The text in the text or "Where do you go from here?"
A Wall as a Building, a Study Trip and a Presentation, inside a Memory, inside a Retroactive Manifesto, next to a Dictionary, together with Essays, Architecture Projects and Buildings, including Diaries and Fairy Tales, ALL inside a 2.7 kg Book. The author writes in 1993 about his memories from a study trip to Berlin in 1972. The text is divided in two: 1 - a memoir, Koolhaas’s recollections of his years as a student at the AA (1968 – 1972) – including gossips 2 - a series of 5 points, principles or retroactive concepts; future core ideas in OMA – again a memoir? These Reverse Epiphanies, are a combination between the 1972 discoveries on the wall – in italics – and comments from the same author made almost 20 years later, confirming his reading of the wall. From Wikipedia: A memoir (from French: mémoire, memory or reminiscence) is a collection of memories that an individual writes about moments or events, both public or private that took place in the subject's life. The assertions made in the work are understood to be factual. A biography or autobiography tells the story of a life, while a memoir often tells a story from a life, such as touchstone events and turning points from the author's life.

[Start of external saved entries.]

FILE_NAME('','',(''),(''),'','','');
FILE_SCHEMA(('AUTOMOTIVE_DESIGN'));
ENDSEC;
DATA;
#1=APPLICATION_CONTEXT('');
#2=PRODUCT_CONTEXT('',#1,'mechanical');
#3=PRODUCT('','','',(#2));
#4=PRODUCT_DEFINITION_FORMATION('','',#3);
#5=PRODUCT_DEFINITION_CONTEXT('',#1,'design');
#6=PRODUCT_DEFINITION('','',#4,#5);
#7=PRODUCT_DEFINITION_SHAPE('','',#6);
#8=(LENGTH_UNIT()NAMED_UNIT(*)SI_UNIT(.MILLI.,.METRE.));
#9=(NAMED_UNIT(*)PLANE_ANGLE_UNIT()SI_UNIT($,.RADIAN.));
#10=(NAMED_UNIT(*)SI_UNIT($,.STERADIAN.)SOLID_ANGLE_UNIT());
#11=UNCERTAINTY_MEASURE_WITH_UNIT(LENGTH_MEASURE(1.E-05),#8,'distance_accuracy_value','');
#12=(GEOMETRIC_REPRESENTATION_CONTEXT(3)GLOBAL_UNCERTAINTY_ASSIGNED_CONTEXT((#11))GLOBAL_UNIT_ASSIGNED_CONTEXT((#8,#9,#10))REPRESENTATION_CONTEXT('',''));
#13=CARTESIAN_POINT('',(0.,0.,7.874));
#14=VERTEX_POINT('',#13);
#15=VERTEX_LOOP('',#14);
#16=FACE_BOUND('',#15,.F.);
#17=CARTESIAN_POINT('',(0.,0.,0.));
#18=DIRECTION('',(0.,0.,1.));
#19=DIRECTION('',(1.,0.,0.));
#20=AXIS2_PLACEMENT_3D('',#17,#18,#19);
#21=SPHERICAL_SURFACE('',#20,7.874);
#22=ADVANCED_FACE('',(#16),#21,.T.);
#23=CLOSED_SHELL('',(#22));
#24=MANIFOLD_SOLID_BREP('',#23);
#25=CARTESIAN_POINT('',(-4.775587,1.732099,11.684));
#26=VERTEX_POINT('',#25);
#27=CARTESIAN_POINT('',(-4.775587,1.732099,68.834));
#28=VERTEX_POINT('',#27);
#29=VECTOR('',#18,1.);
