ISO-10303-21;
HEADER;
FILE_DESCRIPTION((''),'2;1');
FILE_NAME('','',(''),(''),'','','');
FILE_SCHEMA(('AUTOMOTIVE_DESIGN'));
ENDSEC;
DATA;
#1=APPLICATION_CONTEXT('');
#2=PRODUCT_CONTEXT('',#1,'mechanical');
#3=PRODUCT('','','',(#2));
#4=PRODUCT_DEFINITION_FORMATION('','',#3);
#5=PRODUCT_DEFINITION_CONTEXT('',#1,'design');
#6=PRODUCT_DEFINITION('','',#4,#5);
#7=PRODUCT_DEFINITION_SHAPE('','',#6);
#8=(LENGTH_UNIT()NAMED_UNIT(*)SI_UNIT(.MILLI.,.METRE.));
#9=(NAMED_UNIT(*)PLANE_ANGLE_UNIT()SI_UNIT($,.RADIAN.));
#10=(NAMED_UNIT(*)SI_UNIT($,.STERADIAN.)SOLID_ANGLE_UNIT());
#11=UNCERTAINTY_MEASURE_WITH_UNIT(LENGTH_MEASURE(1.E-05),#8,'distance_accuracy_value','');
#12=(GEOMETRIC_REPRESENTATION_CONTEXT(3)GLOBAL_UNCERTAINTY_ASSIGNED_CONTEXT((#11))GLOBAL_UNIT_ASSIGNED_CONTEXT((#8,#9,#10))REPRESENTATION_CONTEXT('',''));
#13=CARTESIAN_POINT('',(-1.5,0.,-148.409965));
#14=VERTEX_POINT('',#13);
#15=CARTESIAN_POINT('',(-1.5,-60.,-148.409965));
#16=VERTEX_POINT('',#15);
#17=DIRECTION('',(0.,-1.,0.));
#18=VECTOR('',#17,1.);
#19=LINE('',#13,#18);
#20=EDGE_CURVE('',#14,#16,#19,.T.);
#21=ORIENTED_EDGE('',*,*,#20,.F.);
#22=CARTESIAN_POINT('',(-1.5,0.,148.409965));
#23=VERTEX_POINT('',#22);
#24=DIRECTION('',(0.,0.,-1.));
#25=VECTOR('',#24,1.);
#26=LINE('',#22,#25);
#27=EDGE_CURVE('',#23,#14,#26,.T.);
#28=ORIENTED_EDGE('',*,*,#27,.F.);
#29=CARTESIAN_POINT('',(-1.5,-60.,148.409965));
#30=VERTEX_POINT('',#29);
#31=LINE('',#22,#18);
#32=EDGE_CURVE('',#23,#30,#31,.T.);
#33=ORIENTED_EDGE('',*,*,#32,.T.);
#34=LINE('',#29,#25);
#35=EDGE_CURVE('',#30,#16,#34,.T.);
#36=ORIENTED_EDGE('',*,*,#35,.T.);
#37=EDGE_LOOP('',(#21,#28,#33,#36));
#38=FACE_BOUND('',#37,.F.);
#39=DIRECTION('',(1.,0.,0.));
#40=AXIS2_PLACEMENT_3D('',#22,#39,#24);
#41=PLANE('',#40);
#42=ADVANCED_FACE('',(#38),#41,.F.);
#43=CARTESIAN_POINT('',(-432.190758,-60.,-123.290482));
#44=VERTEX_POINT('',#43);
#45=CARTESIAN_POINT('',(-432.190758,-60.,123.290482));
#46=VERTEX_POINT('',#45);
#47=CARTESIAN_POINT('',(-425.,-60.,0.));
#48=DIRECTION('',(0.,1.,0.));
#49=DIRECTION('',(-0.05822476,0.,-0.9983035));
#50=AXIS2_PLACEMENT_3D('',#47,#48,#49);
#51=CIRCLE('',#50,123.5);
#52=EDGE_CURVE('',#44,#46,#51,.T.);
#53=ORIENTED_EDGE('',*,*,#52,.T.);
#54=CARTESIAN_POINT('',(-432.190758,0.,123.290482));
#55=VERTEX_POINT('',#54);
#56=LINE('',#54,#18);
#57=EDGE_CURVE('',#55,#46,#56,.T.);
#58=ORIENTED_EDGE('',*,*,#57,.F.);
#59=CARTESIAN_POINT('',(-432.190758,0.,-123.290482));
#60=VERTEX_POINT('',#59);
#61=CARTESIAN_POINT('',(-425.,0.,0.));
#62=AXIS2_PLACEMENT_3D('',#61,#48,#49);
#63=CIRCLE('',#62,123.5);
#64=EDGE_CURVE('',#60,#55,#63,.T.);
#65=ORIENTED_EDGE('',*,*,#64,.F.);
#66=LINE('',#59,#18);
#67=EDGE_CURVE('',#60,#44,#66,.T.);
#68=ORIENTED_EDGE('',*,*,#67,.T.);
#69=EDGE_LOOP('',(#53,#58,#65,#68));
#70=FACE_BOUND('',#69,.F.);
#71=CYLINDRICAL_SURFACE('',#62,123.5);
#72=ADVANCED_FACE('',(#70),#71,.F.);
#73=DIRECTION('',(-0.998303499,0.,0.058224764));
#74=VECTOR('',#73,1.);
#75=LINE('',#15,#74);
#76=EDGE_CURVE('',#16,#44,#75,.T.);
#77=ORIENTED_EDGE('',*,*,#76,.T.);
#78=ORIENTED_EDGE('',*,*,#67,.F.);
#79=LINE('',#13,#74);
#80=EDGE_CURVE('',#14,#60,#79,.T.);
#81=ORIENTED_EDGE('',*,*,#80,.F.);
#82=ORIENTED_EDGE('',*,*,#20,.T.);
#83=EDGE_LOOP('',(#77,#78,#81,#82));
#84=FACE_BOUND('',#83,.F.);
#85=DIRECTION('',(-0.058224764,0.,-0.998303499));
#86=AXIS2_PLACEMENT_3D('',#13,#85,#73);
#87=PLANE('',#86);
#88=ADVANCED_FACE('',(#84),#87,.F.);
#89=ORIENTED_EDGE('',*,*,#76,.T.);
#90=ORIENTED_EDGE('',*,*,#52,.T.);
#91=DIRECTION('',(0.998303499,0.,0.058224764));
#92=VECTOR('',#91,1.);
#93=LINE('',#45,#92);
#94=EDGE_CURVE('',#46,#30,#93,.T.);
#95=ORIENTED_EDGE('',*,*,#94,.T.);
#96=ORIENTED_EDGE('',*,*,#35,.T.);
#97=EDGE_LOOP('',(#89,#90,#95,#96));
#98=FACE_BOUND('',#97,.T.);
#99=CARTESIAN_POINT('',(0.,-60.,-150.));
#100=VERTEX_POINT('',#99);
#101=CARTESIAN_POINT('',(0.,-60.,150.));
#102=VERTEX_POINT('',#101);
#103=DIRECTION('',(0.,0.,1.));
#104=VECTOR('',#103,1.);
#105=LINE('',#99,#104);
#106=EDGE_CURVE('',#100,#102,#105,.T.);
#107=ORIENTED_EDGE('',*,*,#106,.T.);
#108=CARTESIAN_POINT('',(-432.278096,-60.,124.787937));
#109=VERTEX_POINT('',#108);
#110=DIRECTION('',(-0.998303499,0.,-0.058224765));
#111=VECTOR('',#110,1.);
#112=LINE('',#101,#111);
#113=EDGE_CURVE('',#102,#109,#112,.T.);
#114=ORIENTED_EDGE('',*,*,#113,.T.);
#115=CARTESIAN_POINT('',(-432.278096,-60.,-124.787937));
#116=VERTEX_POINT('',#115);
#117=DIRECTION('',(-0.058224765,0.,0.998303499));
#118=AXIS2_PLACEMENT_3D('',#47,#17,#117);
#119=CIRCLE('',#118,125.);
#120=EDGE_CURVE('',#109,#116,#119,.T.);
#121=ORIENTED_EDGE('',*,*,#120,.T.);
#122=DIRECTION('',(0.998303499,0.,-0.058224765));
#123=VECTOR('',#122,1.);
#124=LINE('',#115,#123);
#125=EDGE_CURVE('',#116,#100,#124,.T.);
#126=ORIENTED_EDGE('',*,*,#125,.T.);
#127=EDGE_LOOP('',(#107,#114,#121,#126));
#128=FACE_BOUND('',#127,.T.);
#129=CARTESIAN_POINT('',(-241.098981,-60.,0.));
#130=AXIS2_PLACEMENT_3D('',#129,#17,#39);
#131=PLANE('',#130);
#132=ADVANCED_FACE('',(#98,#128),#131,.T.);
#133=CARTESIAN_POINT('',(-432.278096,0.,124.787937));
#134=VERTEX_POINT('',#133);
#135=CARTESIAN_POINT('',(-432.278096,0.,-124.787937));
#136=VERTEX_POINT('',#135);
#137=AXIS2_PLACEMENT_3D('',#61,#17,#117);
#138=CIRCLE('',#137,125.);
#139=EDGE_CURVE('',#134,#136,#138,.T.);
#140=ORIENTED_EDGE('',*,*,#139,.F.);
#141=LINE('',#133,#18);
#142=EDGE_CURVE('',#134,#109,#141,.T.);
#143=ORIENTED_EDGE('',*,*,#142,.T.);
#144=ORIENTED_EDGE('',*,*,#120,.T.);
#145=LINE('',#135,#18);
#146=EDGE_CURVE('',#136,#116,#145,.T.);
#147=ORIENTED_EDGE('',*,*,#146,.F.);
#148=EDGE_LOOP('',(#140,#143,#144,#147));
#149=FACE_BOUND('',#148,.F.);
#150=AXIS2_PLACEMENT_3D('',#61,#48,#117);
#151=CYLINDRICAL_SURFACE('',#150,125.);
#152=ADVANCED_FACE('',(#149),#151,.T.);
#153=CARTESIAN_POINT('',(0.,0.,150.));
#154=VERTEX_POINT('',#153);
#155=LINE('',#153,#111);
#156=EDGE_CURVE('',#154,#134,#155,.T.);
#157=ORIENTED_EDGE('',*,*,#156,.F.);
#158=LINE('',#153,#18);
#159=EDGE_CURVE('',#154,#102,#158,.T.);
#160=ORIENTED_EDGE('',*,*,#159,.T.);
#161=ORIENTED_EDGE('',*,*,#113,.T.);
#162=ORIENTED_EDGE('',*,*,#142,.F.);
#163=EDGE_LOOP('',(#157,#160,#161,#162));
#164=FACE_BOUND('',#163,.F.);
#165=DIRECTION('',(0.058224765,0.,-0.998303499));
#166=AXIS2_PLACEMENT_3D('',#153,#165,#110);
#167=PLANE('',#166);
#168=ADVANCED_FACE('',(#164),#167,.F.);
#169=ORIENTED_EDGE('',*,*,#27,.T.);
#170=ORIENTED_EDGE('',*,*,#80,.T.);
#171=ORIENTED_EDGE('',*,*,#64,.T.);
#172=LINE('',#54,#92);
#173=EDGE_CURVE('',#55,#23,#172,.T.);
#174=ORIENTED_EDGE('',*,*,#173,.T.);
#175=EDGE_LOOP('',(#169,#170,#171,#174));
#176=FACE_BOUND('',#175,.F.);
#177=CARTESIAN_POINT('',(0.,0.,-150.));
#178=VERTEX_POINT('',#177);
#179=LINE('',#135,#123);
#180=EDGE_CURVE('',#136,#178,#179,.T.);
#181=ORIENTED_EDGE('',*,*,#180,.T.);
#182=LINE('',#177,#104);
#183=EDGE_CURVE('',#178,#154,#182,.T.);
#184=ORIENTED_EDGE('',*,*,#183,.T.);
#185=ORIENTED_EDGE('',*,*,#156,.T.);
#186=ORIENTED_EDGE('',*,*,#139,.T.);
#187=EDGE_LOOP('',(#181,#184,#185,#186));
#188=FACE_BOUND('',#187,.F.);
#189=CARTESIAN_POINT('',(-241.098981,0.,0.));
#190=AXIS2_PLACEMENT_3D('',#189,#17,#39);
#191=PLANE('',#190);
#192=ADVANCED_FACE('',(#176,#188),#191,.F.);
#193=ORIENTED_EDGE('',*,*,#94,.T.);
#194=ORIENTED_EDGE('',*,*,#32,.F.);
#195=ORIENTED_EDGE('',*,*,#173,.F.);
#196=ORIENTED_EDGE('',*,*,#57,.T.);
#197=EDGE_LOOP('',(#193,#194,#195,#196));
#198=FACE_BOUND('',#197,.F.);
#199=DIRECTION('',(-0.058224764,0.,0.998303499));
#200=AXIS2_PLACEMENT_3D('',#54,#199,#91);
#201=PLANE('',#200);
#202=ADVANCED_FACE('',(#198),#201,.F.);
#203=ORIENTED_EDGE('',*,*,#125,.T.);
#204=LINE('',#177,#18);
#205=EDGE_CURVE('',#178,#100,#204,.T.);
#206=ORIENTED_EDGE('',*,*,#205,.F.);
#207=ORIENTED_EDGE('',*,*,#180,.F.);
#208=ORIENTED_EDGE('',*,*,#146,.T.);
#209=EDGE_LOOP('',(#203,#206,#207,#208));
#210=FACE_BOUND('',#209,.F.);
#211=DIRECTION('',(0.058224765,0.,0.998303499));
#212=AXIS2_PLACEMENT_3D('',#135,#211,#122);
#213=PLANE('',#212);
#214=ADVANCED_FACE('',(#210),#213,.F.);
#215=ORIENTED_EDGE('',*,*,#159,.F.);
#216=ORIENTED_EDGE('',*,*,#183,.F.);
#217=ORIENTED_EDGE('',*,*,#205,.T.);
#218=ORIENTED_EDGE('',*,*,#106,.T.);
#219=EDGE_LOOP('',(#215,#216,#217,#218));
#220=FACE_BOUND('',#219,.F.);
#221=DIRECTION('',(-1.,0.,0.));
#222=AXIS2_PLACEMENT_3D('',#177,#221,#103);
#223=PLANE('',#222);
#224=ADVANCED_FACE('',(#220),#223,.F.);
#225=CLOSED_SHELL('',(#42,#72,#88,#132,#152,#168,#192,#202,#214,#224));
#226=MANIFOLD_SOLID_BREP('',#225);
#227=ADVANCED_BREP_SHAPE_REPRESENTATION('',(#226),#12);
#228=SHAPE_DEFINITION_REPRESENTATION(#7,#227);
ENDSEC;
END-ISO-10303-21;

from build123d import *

# Parameters (mm, degrees)
F1_DEPTH = 60


with BuildPart() as f1:
    # F0 (on Front) → F1 (new body)
    with BuildSketch(Plane.XZ):
        with BuildLine():
            Line((0, -150), (0, 0))
            Line((0, 0), (0, 150))
            Line((0, 150), (-432.278096, 124.787937))
            ThreePointArc((-432.278096, 124.787937), (-550, 0), (-432.278096, -124.787937))
            Line((-432.278096, -124.787937), (0, -150))
        make_face()
        with BuildLine():
            Line((-1.5, 148.409965), (-1.5, 0))
            Line((-1.5, 0), (-1.5, -148.409965))
            Line((-1.5, -148.409965), (-432.190758, -123.290482))
            ThreePointArc((-432.190758, -123.290482), (-548.5, 0), (-432.190758, 123.290482))
            Line((-432.190758, 123.290482), (-1.5, 148.409965))
        make_face(mode=Mode.SUBTRACT)
    extrude(amount=F1_DEPTH)


solid = f1.part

The author of a memoir may be referred to as a memoirist. In ancient Greece and Rome, memoirs were like "memos", or pieces of unfinished and unpublished writing, which a writer might use as a memory aid to make a more finished document later on. In the early 1990s, memoirs written by ordinary people experienced a sudden upsurge, as an increasing number of people realized that their ancestors’ and their own stories were about to disappear, in part as a result of the opportunities and distractions of technological advances. According to the International Organization for Migration, since January 2015, 1,121,662 migrants including asylum seekers are reported to have arrived to Europe by land and sea routes. 3,770 migrants are reported dead or missing in the Mediterranean. The Berlin Wall came down in 1989 and was completely demolished in 1992. Koolhaas built his wall in paper in 1993. Let us not forget.
This text is also a memory. After I left the AA, my computer was stolen and the file was lost with it. On the way back home, I had to remember it and I wrote it down on my iPhone. Federico Ortiz.